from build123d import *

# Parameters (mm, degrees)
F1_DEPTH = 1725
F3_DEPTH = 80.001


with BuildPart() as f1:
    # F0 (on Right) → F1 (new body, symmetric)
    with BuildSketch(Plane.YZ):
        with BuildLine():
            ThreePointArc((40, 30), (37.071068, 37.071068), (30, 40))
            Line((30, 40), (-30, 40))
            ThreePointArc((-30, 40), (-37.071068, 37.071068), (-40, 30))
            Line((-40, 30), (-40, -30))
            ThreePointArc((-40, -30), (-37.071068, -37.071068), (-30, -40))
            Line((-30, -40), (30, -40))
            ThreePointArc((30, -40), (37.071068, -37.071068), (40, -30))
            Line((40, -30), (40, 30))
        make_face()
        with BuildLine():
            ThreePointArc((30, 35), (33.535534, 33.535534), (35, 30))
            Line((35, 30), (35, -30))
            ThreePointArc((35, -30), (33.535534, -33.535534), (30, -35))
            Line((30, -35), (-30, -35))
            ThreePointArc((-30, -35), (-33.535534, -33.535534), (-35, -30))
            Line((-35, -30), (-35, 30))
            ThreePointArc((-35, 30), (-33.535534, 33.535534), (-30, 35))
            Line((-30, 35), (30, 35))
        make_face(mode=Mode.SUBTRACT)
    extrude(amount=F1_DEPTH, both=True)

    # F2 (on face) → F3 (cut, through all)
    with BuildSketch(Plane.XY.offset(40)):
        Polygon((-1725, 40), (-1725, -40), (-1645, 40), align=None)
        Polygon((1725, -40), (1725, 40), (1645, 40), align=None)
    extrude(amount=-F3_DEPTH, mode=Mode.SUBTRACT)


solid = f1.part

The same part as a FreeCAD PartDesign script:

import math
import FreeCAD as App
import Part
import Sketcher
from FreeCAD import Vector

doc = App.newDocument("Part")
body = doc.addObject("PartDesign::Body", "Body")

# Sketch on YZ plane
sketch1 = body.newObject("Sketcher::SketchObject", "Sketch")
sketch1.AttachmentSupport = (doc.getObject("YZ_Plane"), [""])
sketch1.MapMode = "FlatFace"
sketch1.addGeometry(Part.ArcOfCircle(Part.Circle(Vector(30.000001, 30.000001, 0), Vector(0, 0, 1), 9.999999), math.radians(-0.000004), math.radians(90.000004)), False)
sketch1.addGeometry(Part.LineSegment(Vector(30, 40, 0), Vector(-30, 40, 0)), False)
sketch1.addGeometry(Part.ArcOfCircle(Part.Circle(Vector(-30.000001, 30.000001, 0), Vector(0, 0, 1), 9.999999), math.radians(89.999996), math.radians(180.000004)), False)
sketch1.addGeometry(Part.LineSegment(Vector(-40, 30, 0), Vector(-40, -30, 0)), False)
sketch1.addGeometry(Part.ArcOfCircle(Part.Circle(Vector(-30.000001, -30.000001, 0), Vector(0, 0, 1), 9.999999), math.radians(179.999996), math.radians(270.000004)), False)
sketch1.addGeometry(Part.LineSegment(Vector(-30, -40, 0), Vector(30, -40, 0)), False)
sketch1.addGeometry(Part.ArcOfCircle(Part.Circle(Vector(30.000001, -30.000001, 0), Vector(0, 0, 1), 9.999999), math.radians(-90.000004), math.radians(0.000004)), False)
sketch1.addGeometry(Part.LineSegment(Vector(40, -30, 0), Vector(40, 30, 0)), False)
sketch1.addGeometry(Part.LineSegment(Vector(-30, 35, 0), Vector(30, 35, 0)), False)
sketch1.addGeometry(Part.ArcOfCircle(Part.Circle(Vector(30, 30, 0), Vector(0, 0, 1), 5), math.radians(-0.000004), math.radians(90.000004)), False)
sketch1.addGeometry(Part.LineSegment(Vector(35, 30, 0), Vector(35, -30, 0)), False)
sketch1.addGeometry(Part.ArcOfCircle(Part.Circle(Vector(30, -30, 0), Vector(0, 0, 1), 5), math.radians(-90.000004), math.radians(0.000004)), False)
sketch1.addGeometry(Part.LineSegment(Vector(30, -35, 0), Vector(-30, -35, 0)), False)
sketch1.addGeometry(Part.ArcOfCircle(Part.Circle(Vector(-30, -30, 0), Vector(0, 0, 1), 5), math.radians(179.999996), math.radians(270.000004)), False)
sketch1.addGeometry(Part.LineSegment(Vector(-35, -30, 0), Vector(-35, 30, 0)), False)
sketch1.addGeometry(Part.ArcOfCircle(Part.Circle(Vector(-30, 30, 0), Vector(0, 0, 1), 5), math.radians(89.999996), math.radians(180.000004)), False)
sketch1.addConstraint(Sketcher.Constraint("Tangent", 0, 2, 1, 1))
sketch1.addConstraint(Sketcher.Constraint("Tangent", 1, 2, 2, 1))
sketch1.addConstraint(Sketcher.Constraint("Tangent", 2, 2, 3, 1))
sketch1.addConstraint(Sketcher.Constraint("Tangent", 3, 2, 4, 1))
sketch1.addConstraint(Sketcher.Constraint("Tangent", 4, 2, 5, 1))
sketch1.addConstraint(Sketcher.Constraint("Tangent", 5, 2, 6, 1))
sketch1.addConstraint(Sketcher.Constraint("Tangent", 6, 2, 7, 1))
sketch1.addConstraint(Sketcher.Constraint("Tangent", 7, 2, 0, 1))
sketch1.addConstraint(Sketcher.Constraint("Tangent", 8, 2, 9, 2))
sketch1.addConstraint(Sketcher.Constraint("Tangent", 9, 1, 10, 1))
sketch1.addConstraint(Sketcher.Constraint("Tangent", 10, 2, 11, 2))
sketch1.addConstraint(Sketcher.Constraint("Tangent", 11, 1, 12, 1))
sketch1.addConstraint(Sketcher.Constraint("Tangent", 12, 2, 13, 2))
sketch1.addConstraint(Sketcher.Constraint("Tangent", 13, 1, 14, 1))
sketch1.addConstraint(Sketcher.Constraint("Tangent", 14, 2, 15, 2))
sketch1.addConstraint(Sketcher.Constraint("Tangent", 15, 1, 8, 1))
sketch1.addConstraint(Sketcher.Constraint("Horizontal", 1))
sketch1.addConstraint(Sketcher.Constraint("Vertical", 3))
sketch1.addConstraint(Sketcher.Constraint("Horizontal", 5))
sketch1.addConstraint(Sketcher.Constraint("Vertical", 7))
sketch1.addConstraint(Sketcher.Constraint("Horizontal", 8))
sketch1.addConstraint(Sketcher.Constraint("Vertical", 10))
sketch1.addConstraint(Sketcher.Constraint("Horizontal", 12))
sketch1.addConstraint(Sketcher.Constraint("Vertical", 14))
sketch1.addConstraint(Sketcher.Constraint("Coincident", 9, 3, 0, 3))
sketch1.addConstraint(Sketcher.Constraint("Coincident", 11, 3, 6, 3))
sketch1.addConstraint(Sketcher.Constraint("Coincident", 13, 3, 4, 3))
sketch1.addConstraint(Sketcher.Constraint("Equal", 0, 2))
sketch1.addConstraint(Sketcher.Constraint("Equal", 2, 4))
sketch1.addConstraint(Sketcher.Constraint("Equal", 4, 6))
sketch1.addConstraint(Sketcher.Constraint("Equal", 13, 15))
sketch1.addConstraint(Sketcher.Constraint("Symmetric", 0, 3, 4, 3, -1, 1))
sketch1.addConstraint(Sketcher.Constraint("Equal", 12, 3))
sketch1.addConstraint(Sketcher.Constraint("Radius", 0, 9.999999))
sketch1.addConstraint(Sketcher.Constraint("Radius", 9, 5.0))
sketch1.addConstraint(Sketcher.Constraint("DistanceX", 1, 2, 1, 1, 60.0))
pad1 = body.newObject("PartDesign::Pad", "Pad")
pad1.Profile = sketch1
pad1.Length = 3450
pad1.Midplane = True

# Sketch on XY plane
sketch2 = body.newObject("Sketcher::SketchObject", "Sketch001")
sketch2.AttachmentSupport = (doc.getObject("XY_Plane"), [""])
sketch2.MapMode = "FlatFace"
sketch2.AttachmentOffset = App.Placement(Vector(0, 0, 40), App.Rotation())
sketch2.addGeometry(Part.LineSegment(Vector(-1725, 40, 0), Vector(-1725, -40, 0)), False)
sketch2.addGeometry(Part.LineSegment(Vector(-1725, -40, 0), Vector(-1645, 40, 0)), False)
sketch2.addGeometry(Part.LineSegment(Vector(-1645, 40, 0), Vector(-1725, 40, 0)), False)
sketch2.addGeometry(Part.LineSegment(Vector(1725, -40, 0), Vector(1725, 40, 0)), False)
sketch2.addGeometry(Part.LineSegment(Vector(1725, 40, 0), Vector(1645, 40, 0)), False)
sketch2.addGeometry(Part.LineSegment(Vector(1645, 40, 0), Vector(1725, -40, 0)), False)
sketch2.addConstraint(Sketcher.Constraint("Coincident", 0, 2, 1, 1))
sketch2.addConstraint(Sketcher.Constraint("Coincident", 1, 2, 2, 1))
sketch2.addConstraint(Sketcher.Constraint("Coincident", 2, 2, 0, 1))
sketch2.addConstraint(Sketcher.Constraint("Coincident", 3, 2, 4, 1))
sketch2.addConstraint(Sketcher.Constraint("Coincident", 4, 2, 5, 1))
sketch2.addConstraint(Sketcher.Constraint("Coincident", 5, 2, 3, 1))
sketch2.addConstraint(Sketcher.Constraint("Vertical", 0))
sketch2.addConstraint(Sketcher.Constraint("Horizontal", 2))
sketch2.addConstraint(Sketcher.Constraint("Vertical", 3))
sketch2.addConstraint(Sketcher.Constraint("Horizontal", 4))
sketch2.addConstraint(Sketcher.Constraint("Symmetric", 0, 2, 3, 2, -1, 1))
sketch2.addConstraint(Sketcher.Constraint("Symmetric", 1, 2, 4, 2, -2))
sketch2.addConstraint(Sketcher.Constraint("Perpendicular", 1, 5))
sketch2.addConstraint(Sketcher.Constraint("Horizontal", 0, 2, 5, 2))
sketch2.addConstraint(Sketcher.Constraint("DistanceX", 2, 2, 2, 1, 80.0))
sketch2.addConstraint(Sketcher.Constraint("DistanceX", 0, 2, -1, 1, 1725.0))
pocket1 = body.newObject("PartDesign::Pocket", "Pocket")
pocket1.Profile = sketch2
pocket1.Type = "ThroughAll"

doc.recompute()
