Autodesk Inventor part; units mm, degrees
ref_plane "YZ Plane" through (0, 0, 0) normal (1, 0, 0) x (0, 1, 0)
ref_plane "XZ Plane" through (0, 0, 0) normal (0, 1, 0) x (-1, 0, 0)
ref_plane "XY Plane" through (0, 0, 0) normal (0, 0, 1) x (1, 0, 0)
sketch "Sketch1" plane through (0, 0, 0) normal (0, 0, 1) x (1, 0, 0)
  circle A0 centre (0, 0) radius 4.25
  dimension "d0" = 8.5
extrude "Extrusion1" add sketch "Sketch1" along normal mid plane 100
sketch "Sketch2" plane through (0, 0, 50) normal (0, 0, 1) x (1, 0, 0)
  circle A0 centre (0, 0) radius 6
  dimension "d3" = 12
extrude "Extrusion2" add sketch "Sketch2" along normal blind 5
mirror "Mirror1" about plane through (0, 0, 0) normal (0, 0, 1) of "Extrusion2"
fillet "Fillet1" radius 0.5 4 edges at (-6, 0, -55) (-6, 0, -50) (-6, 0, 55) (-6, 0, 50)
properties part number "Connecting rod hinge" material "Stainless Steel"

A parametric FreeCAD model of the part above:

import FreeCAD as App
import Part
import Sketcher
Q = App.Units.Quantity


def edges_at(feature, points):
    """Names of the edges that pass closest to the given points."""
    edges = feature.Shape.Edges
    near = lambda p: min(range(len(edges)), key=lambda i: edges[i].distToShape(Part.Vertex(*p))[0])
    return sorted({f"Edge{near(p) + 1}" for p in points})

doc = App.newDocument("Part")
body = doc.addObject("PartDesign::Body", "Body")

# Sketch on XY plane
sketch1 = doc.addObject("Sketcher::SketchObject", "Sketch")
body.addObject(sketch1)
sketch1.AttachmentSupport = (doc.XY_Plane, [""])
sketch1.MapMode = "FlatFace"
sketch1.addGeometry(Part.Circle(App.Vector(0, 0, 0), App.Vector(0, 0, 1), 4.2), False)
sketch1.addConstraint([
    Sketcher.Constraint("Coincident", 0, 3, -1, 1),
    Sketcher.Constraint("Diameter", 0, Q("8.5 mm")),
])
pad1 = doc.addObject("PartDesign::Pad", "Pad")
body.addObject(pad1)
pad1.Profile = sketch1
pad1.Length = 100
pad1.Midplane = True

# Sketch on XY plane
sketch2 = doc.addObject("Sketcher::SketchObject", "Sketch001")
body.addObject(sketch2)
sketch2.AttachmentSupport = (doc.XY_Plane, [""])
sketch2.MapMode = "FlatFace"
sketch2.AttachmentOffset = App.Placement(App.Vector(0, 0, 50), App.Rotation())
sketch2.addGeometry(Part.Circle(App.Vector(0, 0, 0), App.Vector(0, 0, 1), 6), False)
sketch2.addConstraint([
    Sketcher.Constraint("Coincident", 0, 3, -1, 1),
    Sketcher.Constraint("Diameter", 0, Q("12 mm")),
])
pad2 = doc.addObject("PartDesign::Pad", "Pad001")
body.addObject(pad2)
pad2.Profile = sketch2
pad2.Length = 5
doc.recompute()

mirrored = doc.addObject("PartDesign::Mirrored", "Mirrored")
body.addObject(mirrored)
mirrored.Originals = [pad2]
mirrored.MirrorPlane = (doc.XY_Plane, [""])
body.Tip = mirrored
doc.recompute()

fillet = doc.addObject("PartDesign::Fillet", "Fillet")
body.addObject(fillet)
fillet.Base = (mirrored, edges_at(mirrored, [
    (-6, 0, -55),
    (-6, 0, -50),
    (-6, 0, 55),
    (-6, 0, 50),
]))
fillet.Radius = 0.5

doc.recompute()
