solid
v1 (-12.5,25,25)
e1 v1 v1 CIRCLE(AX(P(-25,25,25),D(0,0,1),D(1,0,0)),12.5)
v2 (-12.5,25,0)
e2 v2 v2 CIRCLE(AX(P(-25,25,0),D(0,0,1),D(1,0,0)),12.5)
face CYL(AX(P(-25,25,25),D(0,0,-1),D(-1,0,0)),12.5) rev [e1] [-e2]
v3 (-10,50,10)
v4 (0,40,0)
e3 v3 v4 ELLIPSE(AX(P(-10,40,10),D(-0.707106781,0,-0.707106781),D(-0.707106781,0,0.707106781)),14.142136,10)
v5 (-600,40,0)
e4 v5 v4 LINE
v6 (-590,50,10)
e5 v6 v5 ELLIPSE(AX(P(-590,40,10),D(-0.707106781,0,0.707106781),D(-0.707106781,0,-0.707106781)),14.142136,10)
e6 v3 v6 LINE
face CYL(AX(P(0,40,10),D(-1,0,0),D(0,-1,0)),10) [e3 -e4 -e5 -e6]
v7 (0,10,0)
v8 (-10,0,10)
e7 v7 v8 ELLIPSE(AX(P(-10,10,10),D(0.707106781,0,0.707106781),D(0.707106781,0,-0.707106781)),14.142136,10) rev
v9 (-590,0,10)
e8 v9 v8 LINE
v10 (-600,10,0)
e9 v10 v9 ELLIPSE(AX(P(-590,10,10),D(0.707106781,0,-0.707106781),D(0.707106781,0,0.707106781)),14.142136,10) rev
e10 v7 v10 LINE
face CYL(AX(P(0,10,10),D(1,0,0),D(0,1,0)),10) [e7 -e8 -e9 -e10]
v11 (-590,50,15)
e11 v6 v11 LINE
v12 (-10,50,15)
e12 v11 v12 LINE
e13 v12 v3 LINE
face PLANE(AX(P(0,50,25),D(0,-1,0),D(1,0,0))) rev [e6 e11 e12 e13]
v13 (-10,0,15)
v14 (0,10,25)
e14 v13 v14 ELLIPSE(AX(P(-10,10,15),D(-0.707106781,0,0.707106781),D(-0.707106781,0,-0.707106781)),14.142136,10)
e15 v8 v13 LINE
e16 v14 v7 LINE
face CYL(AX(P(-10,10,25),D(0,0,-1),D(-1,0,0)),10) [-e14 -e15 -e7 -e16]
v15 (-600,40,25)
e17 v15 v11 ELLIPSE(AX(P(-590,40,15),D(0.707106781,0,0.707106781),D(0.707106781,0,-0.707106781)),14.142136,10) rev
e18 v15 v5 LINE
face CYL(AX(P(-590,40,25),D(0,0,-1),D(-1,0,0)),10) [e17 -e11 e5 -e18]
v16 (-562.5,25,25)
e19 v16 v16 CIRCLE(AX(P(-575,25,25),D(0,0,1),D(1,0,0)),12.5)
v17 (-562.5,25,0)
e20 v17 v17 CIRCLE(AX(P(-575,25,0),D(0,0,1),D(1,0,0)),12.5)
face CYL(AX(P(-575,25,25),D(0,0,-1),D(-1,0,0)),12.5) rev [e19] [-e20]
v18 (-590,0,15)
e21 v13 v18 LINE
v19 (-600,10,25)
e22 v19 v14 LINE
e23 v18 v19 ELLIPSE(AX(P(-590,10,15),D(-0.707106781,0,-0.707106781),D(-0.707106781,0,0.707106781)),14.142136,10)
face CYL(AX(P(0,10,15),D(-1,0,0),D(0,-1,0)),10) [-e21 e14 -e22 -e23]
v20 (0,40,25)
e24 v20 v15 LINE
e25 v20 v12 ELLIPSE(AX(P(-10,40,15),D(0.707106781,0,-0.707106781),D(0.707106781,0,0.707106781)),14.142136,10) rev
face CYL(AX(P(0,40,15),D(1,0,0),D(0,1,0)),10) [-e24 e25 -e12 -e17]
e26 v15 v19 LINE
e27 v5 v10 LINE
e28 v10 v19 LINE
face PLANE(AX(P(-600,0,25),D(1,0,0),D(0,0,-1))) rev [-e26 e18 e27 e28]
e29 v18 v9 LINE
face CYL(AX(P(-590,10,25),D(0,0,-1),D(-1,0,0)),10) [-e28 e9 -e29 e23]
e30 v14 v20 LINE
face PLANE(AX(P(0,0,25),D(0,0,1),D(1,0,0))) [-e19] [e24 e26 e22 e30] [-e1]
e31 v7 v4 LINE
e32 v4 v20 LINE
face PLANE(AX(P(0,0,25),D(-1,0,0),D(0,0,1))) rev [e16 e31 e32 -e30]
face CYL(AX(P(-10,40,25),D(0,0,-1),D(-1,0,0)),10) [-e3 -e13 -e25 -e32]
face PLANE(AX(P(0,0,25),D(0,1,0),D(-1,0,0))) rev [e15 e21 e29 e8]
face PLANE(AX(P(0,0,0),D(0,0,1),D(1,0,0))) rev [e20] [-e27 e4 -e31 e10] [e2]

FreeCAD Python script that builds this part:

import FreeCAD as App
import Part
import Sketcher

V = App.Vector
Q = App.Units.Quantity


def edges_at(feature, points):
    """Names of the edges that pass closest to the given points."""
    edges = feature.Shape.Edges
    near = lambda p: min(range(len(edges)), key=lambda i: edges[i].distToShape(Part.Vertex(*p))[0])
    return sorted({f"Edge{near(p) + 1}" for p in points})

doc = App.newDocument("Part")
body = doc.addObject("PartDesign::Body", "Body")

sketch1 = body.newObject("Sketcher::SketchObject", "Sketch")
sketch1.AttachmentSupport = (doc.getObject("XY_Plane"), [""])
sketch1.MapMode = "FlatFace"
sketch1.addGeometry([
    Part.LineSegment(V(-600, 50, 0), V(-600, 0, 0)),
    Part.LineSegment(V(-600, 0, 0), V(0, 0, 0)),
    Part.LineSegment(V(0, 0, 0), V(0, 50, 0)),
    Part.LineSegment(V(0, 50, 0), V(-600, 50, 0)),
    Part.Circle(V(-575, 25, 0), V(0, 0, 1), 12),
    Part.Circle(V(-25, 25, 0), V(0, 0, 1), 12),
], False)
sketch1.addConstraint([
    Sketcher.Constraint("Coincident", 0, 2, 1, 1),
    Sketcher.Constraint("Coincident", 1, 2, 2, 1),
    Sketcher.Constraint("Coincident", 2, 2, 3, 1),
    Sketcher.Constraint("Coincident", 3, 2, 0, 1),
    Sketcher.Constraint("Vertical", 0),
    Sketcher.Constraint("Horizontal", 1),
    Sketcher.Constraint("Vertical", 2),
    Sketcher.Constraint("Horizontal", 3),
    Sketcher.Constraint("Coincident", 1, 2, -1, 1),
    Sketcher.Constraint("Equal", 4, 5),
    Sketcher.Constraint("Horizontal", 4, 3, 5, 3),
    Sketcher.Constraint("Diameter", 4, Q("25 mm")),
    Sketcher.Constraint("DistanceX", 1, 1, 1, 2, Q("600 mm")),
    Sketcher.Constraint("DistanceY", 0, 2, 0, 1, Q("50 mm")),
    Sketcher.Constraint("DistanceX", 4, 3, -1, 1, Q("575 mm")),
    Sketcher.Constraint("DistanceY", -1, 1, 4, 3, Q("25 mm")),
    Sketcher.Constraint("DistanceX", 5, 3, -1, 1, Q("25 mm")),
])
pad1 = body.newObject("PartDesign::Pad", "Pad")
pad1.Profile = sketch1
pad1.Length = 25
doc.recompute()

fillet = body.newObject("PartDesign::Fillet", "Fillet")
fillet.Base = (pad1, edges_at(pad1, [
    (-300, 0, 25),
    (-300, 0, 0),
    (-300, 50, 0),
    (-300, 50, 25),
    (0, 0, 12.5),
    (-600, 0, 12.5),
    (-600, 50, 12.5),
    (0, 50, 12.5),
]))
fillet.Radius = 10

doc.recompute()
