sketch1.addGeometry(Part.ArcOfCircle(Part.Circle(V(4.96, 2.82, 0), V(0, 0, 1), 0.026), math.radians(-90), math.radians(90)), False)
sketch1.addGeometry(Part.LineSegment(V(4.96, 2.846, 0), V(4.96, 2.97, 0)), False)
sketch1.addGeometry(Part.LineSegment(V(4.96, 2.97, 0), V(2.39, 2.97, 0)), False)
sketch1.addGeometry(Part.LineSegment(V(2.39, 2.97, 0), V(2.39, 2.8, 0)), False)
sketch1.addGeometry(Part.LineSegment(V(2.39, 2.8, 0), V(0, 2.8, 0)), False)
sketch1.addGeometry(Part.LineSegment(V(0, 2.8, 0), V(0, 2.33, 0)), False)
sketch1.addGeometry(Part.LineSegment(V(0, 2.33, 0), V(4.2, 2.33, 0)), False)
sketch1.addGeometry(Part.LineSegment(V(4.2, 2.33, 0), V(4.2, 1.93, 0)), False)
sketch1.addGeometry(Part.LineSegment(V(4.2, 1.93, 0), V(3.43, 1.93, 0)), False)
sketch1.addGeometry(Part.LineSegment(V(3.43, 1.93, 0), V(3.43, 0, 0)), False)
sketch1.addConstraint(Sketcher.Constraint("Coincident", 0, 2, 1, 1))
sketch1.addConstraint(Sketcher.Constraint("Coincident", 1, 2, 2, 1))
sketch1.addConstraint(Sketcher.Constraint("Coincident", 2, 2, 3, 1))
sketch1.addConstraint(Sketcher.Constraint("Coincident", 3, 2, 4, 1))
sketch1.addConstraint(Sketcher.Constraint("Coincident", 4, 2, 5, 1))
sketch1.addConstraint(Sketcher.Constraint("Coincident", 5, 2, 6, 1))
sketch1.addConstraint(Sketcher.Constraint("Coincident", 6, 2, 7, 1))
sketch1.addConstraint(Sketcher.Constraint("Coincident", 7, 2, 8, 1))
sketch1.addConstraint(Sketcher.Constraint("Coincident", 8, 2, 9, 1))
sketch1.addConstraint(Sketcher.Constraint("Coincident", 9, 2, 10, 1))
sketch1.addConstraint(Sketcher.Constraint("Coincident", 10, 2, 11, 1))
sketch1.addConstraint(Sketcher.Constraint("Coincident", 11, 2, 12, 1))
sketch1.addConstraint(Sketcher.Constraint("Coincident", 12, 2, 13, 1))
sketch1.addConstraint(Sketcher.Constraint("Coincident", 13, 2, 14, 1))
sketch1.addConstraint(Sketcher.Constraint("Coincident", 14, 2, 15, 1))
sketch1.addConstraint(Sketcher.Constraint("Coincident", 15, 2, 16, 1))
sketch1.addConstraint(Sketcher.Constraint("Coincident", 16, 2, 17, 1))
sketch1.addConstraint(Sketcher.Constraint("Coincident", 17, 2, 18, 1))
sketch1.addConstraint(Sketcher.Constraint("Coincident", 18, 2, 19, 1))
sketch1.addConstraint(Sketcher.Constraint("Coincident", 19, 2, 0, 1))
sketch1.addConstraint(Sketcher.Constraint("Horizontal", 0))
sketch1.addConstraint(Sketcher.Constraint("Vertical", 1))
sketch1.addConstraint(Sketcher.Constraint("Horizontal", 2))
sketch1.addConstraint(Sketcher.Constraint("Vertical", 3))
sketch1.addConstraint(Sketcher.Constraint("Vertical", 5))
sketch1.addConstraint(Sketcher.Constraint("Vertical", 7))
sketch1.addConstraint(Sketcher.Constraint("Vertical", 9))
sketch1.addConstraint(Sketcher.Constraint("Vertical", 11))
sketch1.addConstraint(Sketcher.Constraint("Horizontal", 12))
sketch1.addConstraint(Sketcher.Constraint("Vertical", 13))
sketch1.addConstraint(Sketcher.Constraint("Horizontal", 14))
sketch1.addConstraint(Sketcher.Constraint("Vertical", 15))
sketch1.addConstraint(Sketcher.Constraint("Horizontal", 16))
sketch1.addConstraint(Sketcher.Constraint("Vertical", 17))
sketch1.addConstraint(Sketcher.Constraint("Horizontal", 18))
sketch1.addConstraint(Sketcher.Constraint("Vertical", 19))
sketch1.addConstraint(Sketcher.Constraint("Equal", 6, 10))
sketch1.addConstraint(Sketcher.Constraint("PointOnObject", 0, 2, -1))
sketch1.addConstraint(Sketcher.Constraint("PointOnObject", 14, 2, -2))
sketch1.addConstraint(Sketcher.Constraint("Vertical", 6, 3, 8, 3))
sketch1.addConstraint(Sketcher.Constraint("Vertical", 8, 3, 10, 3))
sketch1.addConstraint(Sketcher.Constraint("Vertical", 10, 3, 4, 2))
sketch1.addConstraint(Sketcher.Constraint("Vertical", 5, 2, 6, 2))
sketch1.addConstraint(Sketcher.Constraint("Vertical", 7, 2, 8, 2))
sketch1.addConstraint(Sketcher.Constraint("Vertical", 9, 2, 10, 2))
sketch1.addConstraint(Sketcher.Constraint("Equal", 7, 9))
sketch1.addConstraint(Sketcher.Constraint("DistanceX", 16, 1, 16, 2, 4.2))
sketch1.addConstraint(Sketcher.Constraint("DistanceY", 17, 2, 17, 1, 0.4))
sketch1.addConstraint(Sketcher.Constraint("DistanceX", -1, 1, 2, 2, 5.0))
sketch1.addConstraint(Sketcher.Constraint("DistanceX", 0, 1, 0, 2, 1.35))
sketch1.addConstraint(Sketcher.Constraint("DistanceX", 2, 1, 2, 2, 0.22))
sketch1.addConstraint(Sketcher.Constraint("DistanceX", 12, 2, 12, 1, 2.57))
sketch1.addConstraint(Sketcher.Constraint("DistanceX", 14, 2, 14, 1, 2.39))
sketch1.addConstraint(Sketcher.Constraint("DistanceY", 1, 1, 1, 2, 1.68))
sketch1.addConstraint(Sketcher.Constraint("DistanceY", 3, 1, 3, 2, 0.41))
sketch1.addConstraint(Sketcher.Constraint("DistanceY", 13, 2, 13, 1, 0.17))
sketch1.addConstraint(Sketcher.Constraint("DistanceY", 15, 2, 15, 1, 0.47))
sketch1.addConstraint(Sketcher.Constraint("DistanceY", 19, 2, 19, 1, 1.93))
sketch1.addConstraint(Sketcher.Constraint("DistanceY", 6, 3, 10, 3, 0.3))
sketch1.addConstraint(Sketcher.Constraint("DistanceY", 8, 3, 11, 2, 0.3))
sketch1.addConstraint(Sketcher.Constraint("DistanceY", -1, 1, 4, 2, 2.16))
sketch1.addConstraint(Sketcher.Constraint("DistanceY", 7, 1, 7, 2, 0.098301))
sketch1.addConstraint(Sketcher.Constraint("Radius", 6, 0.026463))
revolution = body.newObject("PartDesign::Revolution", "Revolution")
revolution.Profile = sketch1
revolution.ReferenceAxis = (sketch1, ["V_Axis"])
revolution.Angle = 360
════════
[DESCRIPTION OF THE TASK] Look through the entries above and quote exactly the lines from the line with "make_face(mode=Mode.SUBTRACT)" to the line with "The same part", counting both of those lines.

[RESPONSE TO THIS EXERCISE]
        make_face(mode=Mode.SUBTRACT)
    extrude(amount=F1_DEPTH, both=True)

    # F2 (on face) → F3 (cut, through all)
    with BuildSketch(Plane.XY.offset(40)):
        Polygon((-1725, 40), (-1725, -40), (-1645, 40), align=None)
        Polygon((1725, -40), (1725, 40), (1645, 40), align=None)
    extrude(amount=-F3_DEPTH, mode=Mode.SUBTRACT)


solid = f1.part

The same part as a FreeCAD PartDesign script:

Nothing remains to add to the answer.